Книга Река Найкеле - Анна Ривелотэ
Шрифт:
Интервал:
Закладка:
Музыканты в нашем ресторане играли с восьми до одиннадцати, а во все остальное время мы были обречены слушать единственную кассету со сборником русских клипов «Союз». Все песни с той кассеты я до сих пор помню наизусть, и каждый раз, как я их слышу, со мной приключается кондратий. Особенно от Ларисы Долиной: «А в ресторане, а в ресторане, а там гитары, а там цыгане». Слава богу, цыган у нас не было. Был пятидесятилетний дурашливый кореец Лим, приятель якутской официантки Наташи, — до старости щенок, одевался как неформал. Это он подарил нам форменные костюмчики.

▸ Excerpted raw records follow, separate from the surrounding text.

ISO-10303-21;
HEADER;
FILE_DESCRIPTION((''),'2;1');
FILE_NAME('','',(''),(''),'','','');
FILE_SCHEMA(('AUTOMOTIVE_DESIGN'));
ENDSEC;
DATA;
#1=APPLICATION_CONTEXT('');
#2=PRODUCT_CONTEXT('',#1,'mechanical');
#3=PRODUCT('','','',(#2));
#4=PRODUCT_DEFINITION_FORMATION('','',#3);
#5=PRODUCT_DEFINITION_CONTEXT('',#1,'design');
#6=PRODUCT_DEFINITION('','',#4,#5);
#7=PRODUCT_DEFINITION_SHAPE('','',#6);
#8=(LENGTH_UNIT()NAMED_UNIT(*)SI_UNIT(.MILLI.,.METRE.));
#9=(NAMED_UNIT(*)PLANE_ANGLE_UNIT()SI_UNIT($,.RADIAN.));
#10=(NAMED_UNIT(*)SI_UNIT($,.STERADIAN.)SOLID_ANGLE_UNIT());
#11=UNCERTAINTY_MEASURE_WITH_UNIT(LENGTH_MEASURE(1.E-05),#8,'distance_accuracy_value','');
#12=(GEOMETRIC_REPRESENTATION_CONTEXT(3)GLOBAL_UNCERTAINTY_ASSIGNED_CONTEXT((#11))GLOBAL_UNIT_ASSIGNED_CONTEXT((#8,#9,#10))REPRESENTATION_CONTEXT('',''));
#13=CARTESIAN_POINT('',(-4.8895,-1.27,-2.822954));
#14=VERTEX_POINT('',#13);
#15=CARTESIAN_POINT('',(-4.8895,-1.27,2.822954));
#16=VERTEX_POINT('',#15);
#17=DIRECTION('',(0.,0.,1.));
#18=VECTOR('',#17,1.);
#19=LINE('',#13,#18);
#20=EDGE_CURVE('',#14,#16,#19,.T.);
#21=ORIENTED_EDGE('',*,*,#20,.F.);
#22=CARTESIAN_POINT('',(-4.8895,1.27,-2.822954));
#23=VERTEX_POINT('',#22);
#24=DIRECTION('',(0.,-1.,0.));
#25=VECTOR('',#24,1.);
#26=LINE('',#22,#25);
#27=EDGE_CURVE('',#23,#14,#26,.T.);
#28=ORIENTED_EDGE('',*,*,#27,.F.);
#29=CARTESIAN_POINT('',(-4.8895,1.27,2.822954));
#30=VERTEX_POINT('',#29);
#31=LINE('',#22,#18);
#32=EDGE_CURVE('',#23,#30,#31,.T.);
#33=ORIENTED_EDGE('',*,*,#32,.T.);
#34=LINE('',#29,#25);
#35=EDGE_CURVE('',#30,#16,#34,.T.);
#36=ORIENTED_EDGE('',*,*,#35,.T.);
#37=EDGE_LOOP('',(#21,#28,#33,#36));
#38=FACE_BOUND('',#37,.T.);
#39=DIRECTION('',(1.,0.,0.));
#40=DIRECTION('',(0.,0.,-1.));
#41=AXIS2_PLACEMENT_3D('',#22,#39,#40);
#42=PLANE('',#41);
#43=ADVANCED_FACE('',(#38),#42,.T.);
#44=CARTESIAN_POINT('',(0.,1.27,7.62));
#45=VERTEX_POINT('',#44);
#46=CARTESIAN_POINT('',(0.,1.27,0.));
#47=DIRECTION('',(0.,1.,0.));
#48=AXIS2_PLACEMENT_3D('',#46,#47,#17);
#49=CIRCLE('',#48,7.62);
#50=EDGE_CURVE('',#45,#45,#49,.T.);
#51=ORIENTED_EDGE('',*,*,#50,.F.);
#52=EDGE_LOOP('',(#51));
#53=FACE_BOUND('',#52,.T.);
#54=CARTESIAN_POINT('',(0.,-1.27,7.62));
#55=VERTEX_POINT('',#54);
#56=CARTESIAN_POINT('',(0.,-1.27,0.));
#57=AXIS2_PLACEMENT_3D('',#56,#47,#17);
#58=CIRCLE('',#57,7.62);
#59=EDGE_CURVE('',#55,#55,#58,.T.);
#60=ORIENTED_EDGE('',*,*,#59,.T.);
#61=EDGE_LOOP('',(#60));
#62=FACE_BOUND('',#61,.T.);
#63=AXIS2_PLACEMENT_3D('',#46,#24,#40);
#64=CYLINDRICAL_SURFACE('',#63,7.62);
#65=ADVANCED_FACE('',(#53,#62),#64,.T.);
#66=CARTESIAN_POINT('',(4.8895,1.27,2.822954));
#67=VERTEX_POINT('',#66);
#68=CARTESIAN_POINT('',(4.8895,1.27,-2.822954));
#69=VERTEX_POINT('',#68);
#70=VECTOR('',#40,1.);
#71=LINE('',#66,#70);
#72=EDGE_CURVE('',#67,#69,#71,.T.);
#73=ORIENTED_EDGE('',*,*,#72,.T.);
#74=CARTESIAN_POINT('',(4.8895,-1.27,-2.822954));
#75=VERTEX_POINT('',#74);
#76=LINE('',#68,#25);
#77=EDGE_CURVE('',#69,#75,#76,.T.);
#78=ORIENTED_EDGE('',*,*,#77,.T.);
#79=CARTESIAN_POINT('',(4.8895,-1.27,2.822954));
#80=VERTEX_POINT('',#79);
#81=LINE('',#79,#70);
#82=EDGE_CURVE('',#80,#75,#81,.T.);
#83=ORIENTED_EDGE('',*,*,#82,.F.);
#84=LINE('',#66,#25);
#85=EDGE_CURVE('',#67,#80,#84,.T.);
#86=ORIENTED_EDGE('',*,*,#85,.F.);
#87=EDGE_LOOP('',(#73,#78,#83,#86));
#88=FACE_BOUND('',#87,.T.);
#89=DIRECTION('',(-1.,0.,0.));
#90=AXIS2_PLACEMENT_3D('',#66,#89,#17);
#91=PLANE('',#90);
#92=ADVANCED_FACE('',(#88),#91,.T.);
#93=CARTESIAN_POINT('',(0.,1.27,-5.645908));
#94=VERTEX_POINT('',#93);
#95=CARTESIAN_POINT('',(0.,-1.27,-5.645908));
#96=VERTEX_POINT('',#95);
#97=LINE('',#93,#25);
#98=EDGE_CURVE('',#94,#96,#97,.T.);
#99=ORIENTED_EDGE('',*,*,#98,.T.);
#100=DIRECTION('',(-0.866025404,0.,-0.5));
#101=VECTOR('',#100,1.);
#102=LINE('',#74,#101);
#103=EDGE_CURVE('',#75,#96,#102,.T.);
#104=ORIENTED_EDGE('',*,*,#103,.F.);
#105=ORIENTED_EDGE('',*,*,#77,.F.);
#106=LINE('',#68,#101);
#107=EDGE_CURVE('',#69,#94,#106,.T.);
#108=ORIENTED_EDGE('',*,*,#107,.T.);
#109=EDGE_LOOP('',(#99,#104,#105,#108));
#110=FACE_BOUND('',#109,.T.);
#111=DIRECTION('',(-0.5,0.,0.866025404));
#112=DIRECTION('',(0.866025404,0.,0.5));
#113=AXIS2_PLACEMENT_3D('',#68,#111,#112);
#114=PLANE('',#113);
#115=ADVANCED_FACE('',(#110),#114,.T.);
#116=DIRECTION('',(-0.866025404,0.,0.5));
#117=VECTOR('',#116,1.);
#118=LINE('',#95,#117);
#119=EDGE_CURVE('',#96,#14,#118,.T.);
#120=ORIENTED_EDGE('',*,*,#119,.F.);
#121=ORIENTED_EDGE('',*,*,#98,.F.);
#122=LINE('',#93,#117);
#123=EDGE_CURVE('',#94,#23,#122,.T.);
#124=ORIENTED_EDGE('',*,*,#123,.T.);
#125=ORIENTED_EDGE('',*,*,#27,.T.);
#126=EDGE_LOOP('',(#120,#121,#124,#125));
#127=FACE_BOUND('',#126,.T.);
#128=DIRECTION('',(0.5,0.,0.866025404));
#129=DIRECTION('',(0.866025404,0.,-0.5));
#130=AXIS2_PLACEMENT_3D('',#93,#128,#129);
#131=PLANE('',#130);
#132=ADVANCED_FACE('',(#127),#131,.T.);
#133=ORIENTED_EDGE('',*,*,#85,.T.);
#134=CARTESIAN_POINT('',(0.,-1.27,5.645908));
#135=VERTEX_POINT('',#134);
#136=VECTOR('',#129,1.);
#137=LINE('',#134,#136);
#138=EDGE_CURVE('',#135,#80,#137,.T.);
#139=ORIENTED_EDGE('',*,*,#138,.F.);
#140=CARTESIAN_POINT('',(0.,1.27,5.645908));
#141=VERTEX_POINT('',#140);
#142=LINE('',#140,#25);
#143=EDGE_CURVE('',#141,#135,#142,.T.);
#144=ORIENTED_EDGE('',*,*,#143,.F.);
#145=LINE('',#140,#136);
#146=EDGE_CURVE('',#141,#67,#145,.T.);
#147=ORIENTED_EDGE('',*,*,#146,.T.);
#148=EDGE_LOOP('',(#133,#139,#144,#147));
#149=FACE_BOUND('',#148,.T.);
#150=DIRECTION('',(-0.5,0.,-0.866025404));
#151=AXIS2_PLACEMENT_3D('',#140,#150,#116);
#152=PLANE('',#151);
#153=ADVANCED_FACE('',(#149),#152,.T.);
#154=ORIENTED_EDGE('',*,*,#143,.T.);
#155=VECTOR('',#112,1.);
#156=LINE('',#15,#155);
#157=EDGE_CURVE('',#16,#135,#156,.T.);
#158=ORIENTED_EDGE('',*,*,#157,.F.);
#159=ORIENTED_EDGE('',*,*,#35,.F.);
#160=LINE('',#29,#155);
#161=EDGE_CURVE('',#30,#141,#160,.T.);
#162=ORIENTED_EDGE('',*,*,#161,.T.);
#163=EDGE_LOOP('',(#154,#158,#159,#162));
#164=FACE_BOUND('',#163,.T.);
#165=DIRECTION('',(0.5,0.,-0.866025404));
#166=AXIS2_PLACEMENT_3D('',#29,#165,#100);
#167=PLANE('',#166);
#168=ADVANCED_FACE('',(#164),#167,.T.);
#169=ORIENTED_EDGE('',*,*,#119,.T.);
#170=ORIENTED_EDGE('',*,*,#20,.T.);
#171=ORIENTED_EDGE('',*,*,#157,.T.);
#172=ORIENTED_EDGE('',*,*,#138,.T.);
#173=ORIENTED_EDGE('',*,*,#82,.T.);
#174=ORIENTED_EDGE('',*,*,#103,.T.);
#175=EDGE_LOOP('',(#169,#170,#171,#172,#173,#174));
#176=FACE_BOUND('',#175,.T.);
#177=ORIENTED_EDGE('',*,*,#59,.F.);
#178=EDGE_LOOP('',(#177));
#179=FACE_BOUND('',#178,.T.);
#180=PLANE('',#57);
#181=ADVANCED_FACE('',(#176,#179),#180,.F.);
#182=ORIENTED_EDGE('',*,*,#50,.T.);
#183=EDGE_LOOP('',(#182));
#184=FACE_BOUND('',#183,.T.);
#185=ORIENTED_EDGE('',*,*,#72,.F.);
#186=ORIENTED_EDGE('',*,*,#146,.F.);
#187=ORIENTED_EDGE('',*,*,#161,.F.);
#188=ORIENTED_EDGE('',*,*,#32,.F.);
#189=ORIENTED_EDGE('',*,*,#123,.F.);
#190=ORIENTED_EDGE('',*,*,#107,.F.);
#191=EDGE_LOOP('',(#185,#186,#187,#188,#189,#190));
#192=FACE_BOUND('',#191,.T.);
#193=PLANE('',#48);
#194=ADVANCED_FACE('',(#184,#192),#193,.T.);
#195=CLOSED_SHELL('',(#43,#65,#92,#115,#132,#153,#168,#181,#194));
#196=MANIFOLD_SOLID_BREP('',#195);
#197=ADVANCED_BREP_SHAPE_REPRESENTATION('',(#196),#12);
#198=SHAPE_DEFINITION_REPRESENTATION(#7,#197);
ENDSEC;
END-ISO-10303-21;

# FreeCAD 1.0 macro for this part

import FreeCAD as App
import Part
import Sketcher

V = App.Vector
Q = App.Units.Quantity


def add_polygon(sketch, points):
    """Adds a closed chain of lines whose ends are joined by coincident constraints."""
    first, n = sketch.GeometryCount, len(points)
    for a, b in zip(points, points[1:] + points[:1]):
        sketch.addGeometry(Part.LineSegment(App.Vector(*a, 0), App.Vector(*b, 0)), False)
    for i in range(n):
        sketch.addConstraint(Sketcher.Constraint("Coincident", first + i, 2, first + (i + 1) % n, 1))

doc = App.newDocument("Part")
body = doc.addObject("PartDesign::Body", "Body")

# Sketch on XZ plane
sketch1 = body.newObject("Sketcher::SketchObject", "Sketch")
sketch1.AttachmentSupport = (doc.getObject("XZ_Plane"), [""])
sketch1.MapMode = "FlatFace"
sketch1.addGeometry(Part.Circle(V(0, 0, 0), V(0, 0, 1), 8), False)  # 0
add_polygon(sketch1, [(5, -3), (5, 3), (0, 6), (-5, 3), (-5, -3), (0, -6)])  # lines 1-6
sketch1.addConstraint([
    Sketcher.Constraint("Vertical", 1),
    Sketcher.Constraint("Vertical", 4),
    Sketcher.Constraint("Coincident", 0, 3, -1, 1),
    Sketcher.Constraint("Symmetric", 1, 2, 4, 2, -1, 1),
    Sketcher.Constraint("Symmetric", 2, 2, 5, 2, -1, 1),
    Sketcher.Constraint("PointOnObject", 2, 2, -2),
    Sketcher.Constraint("Parallel", 3, 6),
    Sketcher.Constraint("Horizontal", 1, 2, 3, 2),
    Sketcher.Constraint("Diameter", 0, Q("0.6 in")),
    Sketcher.Constraint("Angle", 2, Q("150 deg")),
    Sketcher.Constraint("DistanceX", 3, 2, 1, 2, Q("0.385 in")),
    Sketcher.Constraint("DistanceY", 1, 1, 1, 2, Q("5.645908 mm")),
])
pad1 = body.newObject("PartDesign::Pad", "Pad")
pad1.Profile = sketch1
pad1.Length = Q("0.1 in")
pad1.Midplane = True

doc.recompute()
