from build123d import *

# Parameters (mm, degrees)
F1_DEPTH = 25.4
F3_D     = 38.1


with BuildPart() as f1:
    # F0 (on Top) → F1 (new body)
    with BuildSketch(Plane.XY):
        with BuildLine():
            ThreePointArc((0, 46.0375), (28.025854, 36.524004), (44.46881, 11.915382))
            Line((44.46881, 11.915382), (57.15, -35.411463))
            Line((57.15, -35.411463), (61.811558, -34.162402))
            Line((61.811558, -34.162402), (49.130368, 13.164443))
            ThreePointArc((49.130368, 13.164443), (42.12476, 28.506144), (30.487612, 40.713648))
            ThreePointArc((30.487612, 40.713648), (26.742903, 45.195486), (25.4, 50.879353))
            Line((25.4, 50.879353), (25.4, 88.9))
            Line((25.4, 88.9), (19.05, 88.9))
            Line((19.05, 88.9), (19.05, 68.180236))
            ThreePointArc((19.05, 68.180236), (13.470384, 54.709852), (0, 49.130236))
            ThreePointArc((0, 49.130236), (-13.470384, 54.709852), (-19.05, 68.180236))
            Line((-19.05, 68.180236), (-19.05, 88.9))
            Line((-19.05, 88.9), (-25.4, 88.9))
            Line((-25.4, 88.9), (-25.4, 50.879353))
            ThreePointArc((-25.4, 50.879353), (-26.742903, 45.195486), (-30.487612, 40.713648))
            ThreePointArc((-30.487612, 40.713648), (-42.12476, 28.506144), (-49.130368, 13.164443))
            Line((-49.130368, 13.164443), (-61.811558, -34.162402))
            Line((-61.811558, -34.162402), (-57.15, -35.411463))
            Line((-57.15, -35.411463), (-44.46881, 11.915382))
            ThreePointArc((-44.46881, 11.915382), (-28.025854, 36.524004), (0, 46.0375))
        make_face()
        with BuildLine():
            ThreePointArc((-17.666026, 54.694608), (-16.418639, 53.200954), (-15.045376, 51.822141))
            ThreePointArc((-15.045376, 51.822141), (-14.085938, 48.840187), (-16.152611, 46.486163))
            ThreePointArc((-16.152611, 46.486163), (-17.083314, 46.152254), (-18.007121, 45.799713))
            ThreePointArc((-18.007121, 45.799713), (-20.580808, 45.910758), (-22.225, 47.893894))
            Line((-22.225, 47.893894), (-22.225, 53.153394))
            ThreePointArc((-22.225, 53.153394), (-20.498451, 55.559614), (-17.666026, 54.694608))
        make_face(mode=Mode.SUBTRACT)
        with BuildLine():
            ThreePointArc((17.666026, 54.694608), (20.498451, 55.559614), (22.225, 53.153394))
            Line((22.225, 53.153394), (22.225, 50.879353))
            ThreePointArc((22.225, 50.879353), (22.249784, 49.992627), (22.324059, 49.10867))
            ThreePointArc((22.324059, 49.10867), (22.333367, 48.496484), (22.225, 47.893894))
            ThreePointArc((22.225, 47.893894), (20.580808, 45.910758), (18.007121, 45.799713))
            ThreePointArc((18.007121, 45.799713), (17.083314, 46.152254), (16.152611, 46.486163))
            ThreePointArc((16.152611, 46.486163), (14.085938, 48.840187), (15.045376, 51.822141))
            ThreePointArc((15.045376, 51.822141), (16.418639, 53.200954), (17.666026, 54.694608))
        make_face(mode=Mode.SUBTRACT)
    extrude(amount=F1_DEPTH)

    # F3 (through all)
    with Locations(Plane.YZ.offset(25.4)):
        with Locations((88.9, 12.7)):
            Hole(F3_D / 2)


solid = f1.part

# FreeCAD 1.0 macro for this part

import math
import FreeCAD as App
import Part
import Sketcher

V = App.Vector
Q = App.Units.Quantity

doc = App.newDocument("Part")
body = doc.addObject("PartDesign::Body", "Body")

sketch1 = body.newObject("Sketcher::SketchObject", "Sketch")
sketch1.AttachmentSupport = (doc.getObject("XY_Plane"), [""])
sketch1.MapMode = "FlatFace"
sketch1.addGeometry([
    Part.ArcOfCircle(Part.Circle(V(-0.000001, -0.000002, 0), V(0, 0, 1), 46.037502), math.radians(15.000002), math.radians(89.999998)),
    Part.LineSegment(V(44.46881, 11.915382, 0), V(57.15, -35.411463, 0)),
    Part.LineSegment(V(57.15, -35.411463, 0), V(61.811558, -34.162402, 0)),
    Part.LineSegment(V(61.811558, -34.162402, 0), V(49.130368, 13.164443, 0)),
    Part.ArcOfCircle(Part.Circle(V(0.000005, 0.000003, 0), V(0, 0, 1), 50.863495), math.radians(14.999999), math.radians(53.173022)),
    Part.ArcOfCircle(Part.Circle(V(38.100003, 50.879354, 0), V(0, 0, 1), 12.700003), math.radians(-179.999995), math.radians(-126.82699)),
    Part.LineSegment(V(25.4, 50.879353, 0), V(25.4, 88.9, 0)),
    Part.LineSegment(V(25.4, 88.9, 0), V(19.05, 88.9, 0)),
    Part.LineSegment(V(19.05, 88.9, 0), V(19.05, 68.180236, 0)),
    Part.ArcOfCircle(Part.Circle(V(-0.000001, 68.180237, 0), V(0, 0, 1), 19.050001), math.radians(-89.999998), math.radians(-0.000002)),
    Part.ArcOfCircle(Part.Circle(V(0.000001, 68.180237, 0), V(0, 0, 1), 19.050001), math.radians(-179.999998), math.radians(-90.000002)),
    Part.LineSegment(V(-19.05, 68.180236, 0), V(-19.05, 88.9, 0)),
    Part.LineSegment(V(-19.05, 88.9, 0), V(-25.4, 88.9, 0)),
    Part.LineSegment(V(-25.4, 88.9, 0), V(-25.4, 50.879353, 0)),
    Part.ArcOfCircle(Part.Circle(V(-38.100003, 50.879354, 0), V(0, 0, 1), 12.700003), math.radians(-53.17301), math.radians(-0.000005)),
    Part.ArcOfCircle(Part.Circle(V(-0.000005, 0.000003, 0), V(0, 0, 1), 50.863495), math.radians(126.826978), math.radians(165.000001)),
    Part.LineSegment(V(-49.130368, 13.164443, 0), V(-61.811558, -34.162402, 0)),
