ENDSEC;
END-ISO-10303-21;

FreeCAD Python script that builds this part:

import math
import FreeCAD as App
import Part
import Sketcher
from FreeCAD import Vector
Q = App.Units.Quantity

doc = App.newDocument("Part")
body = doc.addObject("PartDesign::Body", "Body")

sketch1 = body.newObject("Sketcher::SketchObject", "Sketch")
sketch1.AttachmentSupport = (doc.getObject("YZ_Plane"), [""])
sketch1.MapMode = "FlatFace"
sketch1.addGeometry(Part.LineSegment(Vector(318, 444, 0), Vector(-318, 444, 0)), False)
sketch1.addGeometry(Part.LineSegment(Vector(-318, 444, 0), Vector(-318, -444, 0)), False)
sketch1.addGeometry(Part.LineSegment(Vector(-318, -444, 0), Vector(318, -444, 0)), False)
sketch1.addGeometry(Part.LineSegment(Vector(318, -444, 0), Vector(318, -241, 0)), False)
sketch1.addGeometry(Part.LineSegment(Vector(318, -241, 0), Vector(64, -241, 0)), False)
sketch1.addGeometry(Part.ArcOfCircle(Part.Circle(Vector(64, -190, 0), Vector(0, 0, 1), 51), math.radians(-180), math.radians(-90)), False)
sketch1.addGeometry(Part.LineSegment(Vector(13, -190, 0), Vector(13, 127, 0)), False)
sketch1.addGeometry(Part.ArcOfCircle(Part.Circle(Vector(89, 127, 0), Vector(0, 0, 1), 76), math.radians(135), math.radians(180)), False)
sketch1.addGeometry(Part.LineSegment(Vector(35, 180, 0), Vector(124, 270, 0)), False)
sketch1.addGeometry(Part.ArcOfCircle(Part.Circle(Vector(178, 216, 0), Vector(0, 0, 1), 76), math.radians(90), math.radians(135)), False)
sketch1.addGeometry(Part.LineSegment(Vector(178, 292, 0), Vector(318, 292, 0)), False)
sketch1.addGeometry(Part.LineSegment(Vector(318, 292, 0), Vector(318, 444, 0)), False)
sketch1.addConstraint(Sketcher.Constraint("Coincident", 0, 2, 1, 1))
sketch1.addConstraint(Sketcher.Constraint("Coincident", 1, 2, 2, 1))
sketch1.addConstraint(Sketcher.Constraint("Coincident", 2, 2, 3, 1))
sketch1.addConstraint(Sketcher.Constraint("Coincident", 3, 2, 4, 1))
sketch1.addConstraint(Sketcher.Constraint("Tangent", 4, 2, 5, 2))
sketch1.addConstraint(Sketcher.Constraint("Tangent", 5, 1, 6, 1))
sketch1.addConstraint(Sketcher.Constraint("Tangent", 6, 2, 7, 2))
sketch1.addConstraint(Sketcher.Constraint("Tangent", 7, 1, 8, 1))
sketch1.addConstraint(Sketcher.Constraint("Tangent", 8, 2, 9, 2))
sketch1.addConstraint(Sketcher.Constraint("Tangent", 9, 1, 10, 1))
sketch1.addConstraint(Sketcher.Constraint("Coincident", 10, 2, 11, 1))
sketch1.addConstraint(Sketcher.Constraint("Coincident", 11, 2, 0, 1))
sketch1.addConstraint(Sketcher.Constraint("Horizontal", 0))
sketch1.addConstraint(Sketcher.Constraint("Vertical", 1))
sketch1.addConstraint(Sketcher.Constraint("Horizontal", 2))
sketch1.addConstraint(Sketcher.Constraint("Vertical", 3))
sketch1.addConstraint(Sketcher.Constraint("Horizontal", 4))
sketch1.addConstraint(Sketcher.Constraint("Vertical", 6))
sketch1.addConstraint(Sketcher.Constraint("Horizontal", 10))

Был бандит Костя, переставший появляться после того, как отказался платить за вечеринку, — это была его месть «Хекымгану» за то, что в тот вечер, когда он предложил мне руку и сердце, я сбежала через черный ход. Была новая русская Лена, хозяйка фитнес-клуба, которая могла в одиночестве пить до шести утра, пока ее не забирал безработный муж с грустными глазами.
В «Хеке» я проработала недолго. Конечно же мы мухлевали: по ночам начальство спало, а мы сдавали поддельные счета. Нас просил об этом администратор Саша. Саша был всеобщий любимец, такой миниатюрный, с манерами аристократа, с волосами, завитыми щипцами. Именно он создавал атмосферу томной, безвременной праздности, из-за которой работа превращалась в нескончаемую вечеринку. На работу нас принимал лично Саша, поэтому мы и не отказывались подделывать счета. Я попалась, меня уволили, и Саша устроил меня в кафе «Томари», но это уже была другая история. Просто, проходя зимой по останкинскому холлу, я иногда чувствую знакомый запах, что-то такое неописуемое, морозно-сквозное, вперемешку с кухонным фритюром. Так пахло в моем любимом ресторане.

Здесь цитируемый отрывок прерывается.